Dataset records
· · · · · · ·

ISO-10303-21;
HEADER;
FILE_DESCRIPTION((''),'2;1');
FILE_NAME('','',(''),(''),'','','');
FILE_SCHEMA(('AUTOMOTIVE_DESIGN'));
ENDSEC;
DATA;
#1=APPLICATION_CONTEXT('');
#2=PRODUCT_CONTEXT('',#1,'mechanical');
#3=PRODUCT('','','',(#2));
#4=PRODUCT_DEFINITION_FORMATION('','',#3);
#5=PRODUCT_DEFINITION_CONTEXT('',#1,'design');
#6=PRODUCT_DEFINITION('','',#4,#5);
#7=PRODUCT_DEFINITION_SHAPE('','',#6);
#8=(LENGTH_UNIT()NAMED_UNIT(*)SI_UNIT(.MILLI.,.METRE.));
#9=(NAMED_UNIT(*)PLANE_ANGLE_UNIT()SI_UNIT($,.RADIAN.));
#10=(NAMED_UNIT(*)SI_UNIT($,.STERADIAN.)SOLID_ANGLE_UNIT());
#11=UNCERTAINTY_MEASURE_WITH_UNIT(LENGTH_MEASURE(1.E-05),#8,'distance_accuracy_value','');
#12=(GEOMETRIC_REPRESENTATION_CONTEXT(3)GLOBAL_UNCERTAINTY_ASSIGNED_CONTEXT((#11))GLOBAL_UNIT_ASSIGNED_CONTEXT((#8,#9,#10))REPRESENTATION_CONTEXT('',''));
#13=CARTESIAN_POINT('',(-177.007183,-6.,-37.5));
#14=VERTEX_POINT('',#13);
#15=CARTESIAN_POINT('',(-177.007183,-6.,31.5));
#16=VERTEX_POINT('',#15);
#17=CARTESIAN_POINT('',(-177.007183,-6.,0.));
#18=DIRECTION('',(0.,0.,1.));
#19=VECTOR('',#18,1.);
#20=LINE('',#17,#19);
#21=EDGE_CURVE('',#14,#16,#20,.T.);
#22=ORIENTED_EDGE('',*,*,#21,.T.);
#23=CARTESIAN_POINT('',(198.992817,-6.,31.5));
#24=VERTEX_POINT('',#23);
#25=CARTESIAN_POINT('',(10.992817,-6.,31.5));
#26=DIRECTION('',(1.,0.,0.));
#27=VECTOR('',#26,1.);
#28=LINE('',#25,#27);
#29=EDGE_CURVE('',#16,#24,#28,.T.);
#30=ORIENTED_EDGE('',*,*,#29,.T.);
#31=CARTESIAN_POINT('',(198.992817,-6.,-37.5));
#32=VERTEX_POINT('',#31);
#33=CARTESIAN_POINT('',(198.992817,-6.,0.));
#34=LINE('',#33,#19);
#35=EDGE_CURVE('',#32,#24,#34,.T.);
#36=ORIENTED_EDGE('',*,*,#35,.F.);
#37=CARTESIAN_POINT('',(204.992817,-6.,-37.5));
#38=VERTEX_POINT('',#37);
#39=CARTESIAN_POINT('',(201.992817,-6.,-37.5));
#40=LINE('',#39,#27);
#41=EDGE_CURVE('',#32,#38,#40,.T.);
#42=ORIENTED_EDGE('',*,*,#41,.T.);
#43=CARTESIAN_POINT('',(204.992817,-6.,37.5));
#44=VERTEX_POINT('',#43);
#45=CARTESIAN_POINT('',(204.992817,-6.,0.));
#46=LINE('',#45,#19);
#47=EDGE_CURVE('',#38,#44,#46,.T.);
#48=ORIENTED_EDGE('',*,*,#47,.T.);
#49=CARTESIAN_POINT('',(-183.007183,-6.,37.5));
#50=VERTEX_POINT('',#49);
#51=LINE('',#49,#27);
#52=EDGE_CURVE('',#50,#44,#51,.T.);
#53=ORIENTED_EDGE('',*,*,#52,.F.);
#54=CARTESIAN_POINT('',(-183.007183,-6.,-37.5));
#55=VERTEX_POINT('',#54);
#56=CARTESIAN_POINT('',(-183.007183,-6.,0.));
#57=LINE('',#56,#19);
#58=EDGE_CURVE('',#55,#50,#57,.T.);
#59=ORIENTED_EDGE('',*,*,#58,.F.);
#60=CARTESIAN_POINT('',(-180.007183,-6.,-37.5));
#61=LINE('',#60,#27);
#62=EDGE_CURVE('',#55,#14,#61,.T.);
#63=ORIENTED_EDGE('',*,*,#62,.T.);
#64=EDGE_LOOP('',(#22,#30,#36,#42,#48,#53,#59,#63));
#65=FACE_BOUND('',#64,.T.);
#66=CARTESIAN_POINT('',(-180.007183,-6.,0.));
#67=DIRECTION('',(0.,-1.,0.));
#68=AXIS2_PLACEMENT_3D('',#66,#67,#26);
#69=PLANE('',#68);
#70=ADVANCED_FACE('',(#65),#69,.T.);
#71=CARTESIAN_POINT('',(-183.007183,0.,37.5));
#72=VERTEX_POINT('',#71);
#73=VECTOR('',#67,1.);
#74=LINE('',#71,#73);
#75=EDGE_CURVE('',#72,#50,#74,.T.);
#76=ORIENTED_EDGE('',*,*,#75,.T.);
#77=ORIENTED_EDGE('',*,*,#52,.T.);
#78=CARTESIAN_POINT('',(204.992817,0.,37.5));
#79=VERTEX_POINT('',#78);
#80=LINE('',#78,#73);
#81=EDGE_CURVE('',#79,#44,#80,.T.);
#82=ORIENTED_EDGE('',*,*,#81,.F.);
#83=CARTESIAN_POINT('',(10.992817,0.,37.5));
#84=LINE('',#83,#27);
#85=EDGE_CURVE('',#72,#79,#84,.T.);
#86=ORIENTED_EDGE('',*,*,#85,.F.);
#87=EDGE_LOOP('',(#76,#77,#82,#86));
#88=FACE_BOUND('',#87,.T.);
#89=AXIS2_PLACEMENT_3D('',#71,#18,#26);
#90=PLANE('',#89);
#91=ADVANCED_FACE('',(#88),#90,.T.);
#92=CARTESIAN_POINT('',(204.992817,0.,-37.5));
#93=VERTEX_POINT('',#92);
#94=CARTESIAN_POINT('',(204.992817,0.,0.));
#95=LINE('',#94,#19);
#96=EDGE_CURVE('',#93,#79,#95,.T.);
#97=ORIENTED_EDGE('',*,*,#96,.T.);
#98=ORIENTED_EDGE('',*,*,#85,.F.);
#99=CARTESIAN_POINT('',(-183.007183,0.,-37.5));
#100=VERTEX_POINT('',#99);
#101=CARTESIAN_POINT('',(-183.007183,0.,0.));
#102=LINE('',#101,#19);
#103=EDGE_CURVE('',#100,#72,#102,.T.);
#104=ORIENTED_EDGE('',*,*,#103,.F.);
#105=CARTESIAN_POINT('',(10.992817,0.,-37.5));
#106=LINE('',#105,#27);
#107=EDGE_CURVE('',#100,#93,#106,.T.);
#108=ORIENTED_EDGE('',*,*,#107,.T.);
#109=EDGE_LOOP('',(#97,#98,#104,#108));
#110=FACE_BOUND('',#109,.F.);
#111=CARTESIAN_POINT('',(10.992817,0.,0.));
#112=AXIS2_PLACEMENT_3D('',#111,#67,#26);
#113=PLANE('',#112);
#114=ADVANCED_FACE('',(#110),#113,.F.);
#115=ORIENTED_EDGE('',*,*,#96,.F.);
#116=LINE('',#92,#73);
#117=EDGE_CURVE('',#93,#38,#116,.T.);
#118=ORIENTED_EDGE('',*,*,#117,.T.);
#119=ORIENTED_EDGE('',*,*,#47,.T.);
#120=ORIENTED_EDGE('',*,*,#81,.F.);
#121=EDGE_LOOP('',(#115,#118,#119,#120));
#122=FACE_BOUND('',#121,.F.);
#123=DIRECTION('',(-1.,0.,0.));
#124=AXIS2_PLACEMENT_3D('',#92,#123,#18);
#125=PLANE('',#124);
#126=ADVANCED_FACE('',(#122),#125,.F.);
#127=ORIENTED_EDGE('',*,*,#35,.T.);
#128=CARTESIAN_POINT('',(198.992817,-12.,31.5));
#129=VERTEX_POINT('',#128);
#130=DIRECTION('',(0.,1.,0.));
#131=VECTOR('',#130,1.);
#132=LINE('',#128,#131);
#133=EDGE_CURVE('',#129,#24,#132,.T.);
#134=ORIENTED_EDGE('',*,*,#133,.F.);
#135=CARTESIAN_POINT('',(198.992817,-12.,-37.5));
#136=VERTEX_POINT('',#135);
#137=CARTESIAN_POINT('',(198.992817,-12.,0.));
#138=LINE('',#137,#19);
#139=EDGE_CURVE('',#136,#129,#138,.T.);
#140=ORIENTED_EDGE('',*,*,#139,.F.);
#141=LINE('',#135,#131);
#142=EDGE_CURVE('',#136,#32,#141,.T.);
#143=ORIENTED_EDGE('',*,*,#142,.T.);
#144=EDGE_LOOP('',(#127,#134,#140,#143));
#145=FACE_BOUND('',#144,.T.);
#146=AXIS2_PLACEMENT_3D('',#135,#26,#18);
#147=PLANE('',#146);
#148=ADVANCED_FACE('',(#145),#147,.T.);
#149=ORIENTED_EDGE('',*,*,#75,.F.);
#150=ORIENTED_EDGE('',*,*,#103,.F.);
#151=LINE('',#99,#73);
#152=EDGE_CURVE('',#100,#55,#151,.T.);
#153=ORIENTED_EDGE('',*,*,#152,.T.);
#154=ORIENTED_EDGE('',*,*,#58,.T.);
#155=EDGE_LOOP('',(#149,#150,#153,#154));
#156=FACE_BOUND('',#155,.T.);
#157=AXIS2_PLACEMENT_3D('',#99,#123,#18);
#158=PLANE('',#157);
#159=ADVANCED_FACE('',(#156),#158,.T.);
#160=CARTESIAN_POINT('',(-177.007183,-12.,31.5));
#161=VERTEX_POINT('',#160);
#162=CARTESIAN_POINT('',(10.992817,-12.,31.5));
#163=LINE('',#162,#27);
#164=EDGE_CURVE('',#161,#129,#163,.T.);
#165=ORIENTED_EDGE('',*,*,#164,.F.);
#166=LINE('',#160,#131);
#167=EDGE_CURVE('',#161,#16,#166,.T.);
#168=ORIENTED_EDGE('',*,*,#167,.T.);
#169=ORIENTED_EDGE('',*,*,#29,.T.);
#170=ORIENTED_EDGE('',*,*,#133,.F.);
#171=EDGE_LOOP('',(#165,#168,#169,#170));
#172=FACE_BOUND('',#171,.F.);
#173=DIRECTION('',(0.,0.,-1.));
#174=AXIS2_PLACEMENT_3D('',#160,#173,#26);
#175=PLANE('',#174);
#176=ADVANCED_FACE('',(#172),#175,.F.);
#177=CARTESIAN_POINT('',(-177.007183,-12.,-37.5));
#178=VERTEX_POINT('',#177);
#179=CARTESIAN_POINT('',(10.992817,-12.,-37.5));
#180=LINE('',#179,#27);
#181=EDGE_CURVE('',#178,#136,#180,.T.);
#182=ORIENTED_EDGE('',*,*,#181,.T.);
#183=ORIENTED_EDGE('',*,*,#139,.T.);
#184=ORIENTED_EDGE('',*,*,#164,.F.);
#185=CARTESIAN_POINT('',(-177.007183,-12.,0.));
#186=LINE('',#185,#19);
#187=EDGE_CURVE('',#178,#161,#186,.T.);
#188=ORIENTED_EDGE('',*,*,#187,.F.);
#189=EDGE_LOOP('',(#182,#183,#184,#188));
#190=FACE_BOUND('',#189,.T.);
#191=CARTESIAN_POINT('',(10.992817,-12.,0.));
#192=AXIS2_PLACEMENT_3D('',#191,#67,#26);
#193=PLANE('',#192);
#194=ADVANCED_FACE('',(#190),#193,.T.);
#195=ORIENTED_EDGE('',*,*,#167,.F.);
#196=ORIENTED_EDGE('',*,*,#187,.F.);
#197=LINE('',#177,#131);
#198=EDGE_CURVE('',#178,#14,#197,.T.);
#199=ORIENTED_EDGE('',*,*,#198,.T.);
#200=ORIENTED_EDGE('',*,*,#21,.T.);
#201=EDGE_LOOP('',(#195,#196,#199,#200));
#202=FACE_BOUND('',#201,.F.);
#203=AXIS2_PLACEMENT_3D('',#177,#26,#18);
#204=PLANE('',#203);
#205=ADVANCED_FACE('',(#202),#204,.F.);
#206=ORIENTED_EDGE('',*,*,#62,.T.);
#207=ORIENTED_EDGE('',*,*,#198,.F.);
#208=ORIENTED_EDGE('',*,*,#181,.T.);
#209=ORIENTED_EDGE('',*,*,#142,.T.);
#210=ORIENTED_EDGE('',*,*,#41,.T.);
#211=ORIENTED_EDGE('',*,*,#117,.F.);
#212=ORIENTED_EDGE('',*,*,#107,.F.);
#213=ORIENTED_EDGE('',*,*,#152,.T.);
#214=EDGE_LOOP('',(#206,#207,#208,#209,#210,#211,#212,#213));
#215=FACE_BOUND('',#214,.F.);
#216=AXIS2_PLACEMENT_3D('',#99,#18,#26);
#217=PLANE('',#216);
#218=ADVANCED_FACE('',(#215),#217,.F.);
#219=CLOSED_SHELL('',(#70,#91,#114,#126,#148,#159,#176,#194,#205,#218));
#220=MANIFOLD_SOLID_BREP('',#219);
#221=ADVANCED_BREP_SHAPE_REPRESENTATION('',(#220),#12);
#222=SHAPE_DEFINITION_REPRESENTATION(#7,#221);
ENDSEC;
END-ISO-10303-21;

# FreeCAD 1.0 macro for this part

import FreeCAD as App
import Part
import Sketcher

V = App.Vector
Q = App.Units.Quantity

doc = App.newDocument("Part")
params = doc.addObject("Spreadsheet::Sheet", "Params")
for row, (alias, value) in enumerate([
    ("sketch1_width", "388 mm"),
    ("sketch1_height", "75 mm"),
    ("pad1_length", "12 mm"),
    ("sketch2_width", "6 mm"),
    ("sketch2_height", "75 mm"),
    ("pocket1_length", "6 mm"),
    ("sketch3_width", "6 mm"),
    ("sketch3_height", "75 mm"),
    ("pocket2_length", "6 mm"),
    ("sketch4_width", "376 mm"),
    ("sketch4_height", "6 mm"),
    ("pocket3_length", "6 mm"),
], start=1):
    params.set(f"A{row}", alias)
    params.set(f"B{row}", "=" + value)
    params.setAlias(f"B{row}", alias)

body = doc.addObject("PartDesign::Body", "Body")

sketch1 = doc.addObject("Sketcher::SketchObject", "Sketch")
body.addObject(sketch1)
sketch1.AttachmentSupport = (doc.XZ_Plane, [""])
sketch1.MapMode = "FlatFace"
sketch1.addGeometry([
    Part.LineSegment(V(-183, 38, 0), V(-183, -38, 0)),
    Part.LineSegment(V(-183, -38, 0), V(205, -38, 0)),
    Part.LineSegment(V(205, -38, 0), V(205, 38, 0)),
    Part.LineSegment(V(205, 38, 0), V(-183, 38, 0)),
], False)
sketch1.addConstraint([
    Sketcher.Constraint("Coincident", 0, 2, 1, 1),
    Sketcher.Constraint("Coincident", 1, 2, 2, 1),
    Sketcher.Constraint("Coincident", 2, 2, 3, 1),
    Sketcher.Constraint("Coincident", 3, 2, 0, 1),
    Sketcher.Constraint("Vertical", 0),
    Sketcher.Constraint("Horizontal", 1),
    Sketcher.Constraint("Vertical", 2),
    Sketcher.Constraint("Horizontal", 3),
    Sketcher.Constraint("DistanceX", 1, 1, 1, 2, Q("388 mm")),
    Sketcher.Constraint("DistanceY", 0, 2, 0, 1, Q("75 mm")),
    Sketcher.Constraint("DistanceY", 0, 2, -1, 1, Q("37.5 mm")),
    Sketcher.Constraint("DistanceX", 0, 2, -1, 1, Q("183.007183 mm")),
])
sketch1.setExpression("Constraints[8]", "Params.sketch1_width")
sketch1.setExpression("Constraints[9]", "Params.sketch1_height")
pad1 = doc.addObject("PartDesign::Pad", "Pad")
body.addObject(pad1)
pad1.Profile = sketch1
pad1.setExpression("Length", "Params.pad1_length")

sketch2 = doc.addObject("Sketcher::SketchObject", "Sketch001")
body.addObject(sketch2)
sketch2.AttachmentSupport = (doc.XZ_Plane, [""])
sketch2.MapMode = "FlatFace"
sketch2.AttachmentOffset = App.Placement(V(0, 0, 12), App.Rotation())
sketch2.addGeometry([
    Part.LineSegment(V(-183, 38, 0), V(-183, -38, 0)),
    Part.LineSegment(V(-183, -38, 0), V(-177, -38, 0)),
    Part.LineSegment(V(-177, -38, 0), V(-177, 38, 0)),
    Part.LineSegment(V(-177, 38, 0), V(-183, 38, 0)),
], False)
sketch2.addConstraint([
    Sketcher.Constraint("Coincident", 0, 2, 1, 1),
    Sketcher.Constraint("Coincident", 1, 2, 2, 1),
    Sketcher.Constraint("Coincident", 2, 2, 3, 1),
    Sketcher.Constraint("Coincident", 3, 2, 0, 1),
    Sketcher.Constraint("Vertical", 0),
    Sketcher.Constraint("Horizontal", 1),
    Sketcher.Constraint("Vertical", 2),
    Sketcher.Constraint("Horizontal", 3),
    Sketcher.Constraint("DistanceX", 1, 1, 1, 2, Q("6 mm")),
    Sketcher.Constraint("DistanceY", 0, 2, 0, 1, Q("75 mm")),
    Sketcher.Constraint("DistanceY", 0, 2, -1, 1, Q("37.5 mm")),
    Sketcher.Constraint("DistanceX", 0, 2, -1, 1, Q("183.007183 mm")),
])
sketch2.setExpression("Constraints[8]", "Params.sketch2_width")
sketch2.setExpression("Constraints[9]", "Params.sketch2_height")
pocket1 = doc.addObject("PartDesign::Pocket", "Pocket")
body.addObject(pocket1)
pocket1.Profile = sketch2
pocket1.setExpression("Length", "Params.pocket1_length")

· · · · · · ·

Quote every line of the records above, from the first down to the one holding "#9=(NAMED_UNIT(*)PLANE_ANGLE_UNIT()SI_UNIT($,.RADIAN.));", exactly as written.

ISO-10303-21;
HEADER;
FILE_DESCRIPTION((''),'2;1');
FILE_NAME('','',(''),(''),'','','');
FILE_SCHEMA(('AUTOMOTIVE_DESIGN'));
ENDSEC;
DATA;
#1=APPLICATION_CONTEXT('');
#2=PRODUCT_CONTEXT('',#1,'mechanical');
#3=PRODUCT('','','',(#2));
#4=PRODUCT_DEFINITION_FORMATION('','',#3);
#5=PRODUCT_DEFINITION_CONTEXT('',#1,'design');
#6=PRODUCT_DEFINITION('','',#4,#5);
#7=PRODUCT_DEFINITION_SHAPE('','',#6);
#8=(LENGTH_UNIT()NAMED_UNIT(*)SI_UNIT(.MILLI.,.METRE.));
#9=(NAMED_UNIT(*)PLANE_ANGLE_UNIT()SI_UNIT($,.RADIAN.));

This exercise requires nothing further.